There are some minor issues that can be improved. (1) The key idea of this work is not so clear. If my understanding is correct, the authors propose to use an importance weighted auxiliary variational distribution (See eq 1 & 4). I ignore the data x for notation simplicity in the following expressions. In Yin & Zhou 2018, a forward variational distribution is used such as q(z|\psi_0) \prod_{i=0} q(\psi_i) (see eq 2).
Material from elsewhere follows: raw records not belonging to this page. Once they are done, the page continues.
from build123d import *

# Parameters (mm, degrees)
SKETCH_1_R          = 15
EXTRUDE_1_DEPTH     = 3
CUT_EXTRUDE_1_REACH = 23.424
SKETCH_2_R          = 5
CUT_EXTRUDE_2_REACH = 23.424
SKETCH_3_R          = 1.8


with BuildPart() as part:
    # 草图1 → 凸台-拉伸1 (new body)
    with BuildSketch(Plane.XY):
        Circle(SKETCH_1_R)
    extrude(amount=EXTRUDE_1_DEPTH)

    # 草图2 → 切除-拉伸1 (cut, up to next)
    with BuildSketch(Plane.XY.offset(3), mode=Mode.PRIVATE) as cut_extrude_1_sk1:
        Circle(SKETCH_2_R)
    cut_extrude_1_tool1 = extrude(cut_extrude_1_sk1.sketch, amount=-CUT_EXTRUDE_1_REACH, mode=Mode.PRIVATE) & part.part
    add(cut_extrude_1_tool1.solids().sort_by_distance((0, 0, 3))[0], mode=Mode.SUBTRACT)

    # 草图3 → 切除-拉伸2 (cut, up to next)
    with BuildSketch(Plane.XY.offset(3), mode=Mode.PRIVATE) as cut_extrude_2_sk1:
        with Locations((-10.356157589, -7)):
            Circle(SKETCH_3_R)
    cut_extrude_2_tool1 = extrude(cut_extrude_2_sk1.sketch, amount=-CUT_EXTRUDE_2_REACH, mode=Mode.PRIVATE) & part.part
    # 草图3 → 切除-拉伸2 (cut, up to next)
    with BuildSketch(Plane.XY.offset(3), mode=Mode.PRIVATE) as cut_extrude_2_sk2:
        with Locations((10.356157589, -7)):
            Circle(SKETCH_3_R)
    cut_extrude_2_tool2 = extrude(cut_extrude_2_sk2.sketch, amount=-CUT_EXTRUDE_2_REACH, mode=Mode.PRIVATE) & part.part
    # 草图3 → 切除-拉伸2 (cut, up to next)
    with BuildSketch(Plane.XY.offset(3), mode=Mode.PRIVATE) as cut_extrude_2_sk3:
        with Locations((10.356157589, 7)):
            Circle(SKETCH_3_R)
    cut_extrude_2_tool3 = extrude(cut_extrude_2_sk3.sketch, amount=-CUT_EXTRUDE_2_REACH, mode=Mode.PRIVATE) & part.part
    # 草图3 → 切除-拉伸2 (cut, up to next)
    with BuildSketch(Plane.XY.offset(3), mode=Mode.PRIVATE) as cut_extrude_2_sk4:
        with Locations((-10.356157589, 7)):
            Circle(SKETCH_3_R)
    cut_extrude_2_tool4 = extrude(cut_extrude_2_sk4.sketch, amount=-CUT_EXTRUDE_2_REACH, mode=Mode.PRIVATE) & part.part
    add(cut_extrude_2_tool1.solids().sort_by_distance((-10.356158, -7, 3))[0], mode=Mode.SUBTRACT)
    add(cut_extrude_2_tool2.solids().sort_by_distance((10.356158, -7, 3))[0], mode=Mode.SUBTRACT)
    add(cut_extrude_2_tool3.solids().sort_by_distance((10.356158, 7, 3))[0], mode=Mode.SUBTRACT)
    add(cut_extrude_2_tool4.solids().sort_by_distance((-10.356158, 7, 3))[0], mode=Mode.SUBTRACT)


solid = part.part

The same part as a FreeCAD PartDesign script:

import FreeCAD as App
import Part
import Sketcher

doc = App.newDocument("Part")
body = doc.addObject("PartDesign::Body", "Body")

sketch1 = body.newObject("Sketcher::SketchObject", "Sketch")
sketch1.AttachmentSupport = (doc.getObject("XY_Plane"), [""])
sketch1.MapMode = "FlatFace"
sketch1.addGeometry(Part.Circle(App.Vector(0, 0, 0), App.Vector(0, 0, 1), 15), False)
sketch1.addConstraint([
    Sketcher.Constraint("Coincident", 0, 3, -1, 1),
    Sketcher.Constraint("Diameter", 0, 30.0),
])
pad1 = body.newObject("PartDesign::Pad", "Pad")
pad1.Profile = sketch1
pad1.Length = 3

sketch2 = body.newObject("Sketcher::SketchObject", "Sketch001")
sketch2.AttachmentSupport = (doc.getObject("XY_Plane"), [""])
sketch2.MapMode = "FlatFace"
sketch2.AttachmentOffset = App.Placement(App.Vector(0, 0, 3), App.Rotation())
sketch2.addGeometry(Part.Circle(App.Vector(0, 0, 0), App.Vector(0, 0, 1), 5), False)
sketch2.addConstraint([
    Sketcher.Constraint("Coincident", 0, 3, -1, 1),
    Sketcher.Constraint("Diameter", 0, 10.0),
])
pocket1 = body.newObject("PartDesign::Pocket", "Pocket")
pocket1.Profile = sketch2
pocket1.Type = "UpToFirst"

sketch3 = body.newObject("Sketcher::SketchObject", "Sketch002")
sketch3.AttachmentSupport = (doc.getObject("XY_Plane"), [""])
sketch3.MapMode = "FlatFace"
sketch3.AttachmentOffset = App.Placement(App.Vector(0, 0, 3), App.Rotation())
sketch3.addGeometry(Part.Circle(App.Vector(-10.4, -7, 0), App.Vector(0, 0, 1), 1.8), False)
sketch3.addConstraint([
    Sketcher.Constraint("Diameter", 0, 3.6),
    Sketcher.Constraint("DistanceY", 0, 3, -1, 1, 7.0),
    Sketcher.Constraint("DistanceX", 0, 3, -1, 1, 10.356158),
])
pocket2 = body.newObject("PartDesign::Pocket", "Pocket001")
pocket2.Profile = sketch3
pocket2.Type = "UpToFirst"

sketch4 = body.newObject("Sketcher::SketchObject", "Sketch003")
sketch4.AttachmentSupport = (doc.getObject("XY_Plane"), [""])
sketch4.MapMode = "FlatFace"
sketch4.AttachmentOffset = App.Placement(App.Vector(0, 0, 3), App.Rotation())
sketch4.addGeometry(Part.Circle(App.Vector(10.4, -7, 0), App.Vector(0, 0, 1), 1.8), False)
sketch4.addConstraint([
    Sketcher.Constraint("Diameter", 0, 3.6),
    Sketcher.Constraint("DistanceY", 0, 3, -1, 1, 7.0),
    Sketcher.Constraint("DistanceX", -1, 1, 0, 3, 10.356158),
])
pocket3 = body.newObject("PartDesign::Pocket", "Pocket002")
pocket3.Profile = sketch4
pocket3.Type = "UpToFirst"

sketch5 = body.newObject("Sketcher::SketchObject", "Sketch004")
sketch5.AttachmentSupport = (doc.getObject("XY_Plane"), [""])
sketch5.MapMode = "FlatFace"
sketch5.AttachmentOffset = App.Placement(App.Vector(0, 0, 3), App.Rotation())
sketch5.addGeometry(Part.Circle(App.Vector(10.4, 7, 0), App.Vector(0, 0, 1), 1.8), False)
sketch5.addConstraint([
    Sketcher.Constraint("Diameter", 0, 3.6),
    Sketcher.Constraint("DistanceY", -1, 1, 0, 3, 7.0),
    Sketcher.Constraint("DistanceX", -1, 1, 0, 3, 10.356158),
])
pocket4 = body.newObject("PartDesign::Pocket", "Pocket003")
pocket4.Profile = sketch5
pocket4.Type = "UpToFirst"

sketch6 = body.newObject("Sketcher::SketchObject", "Sketch005")
sketch6.AttachmentSupport = (doc.getObject("XY_Plane"), [""])
sketch6.MapMode = "FlatFace"
sketch6.AttachmentOffset = App.Placement(App.Vector(0, 0, 3), App.Rotation())
sketch6.addGeometry(Part.Circle(App.Vector(-10.4, 7, 0), App.Vector(0, 0, 1), 1.8), False)
sketch6.addConstraint([
    Sketcher.Constraint("Diameter", 0, 3.6),
    Sketcher.Constraint("DistanceY", -1, 1, 0, 3, 7.0),
    Sketcher.Constraint("DistanceX", 0, 3, -1, 1, 10.356158),
])
pocket5 = body.newObject("PartDesign::Pocket", "Pocket004")
pocket5.Profile = sketch6
pocket5.Type = "UpToFirst"

doc.recompute()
In this work, the authors would like to use a backward variational distribution such as q(z) \prod_{i=0} q(\psi_i|z) = q(z|\psi_0)q(\psi_0)\prod_{i=1}q(\psi_i|z) . However, computing q(\psi_i|z) is intractable, the authors propose to use \tau(\psi_i|z) to approximate q(\psi_i|z). (see eq 4) I think the backward approximation (in other words \tau(\psi_i|z) should depend on z) gives the improvement over SIVI . The key building block for using the importance weight is Thm 1 at Domke & Sheldon 2018, where Domke & Sheldon consider an auxiliary distribution for the model p while in this work the authors use a similar idea of Thm 1 in the hierarchical variational model q such as Yin & Zhou 2018, and Molchanov et al 2018. (2) I think the proof of the Thm (C.1 in the appendix) in Section 3 is inspired by Molchanov et al 2018. If so, the authors should cite Molchanov et al 2018. (3) The proof of Lemma C.2 in the appendix can be simplified. I think it is easy to directly show that \omega (\psi_0:K |z) is normalized. The proof sketch is given below. Let C= \sum_{k=0}^K q(\psi_k|z) / \tau(\psi_k|z). We have \int \omega(\psi_0:K|z) d\psi_0:K = (K+1) \int q(\psi_0|z)/\tau(\psi_0|z) \tau(\psi_0:K|z) / C d\psi_0:K = \sum_{k=0}^{K} \int q(\psi_k|z)/tau(\psi_k|z) \tau(\psi_0:K|z) / C d\psi_0:K (due to the symmetry of these K+1 intergrals) = \int \sum_{k=0}^{K} q(\psi_k|z)/tau(\psi_k|z) \tau(\psi_0:K|z) / C d\psi_0:K = \int C \tau(\psi_0:K|z) / C d\psi_0:K = \int \tau(\psi_0:K|z) d\psi_0:K = 1

Reviewer 3

I have read the author response and have decided to raise my original score to a 6. Please do correct the erroneous statements regarding upper bounding the log marginal likelihood of the data and also regarding claim that maximizing the lower bound maximizes the log marginal likelihood of the data. Originality: The proposed method builds marginally upon SIVI [1] Clarity: Clarity is lacking...the abstract for example is obscure...what is the "marginal log-density" here? I believe it is the logarithm of q_{\phi}(z | x). Please make this clear at least once because the term "marginal log-density" is used throughout the paper. Quality: Quality is also lacking. For example the related work section does not mention some related work (see [2] and [3] below). Furthermore, there is a very misleading statement on line 205 about the core contribution of the paper: "the core contribution of the paper is a novel upper bound on marginal log-likelihood". This is a false statement. The paper proposes an upper bound of the log density of the variational distribution which leads to a lower bound (NOT an upper bound) on the log marginal likelihood of the data. Finally, the experiments don't include comparison to UIVI [4] which also improves upon SIVI and there is no report of computational time which would put the test log-likelihood improvement into perspective. Significance: I am not convinced the proposed method is significant. Questions and Minor Comments: 1--line 38 and elsewhere: it is "log marginal likelihood" not "marginal log-likelihood" 2--lines 57-59 are not clear...what do you mean here? 3--what is the intuition behind increasing K during training? How was the schedule for K chosen? [1] Semi-Implicit Variational Inference. Yin and Zhou, 2018. [2] Nonparametric Variational Inference. Gershman et al., 2012. [3] Hierarchical Implicit Models and Likelihood-Free Variational Inference. Tran et al., 2017. [4] Unbiased Implicit Variational Inference. Ruiz and Titsias, 2019.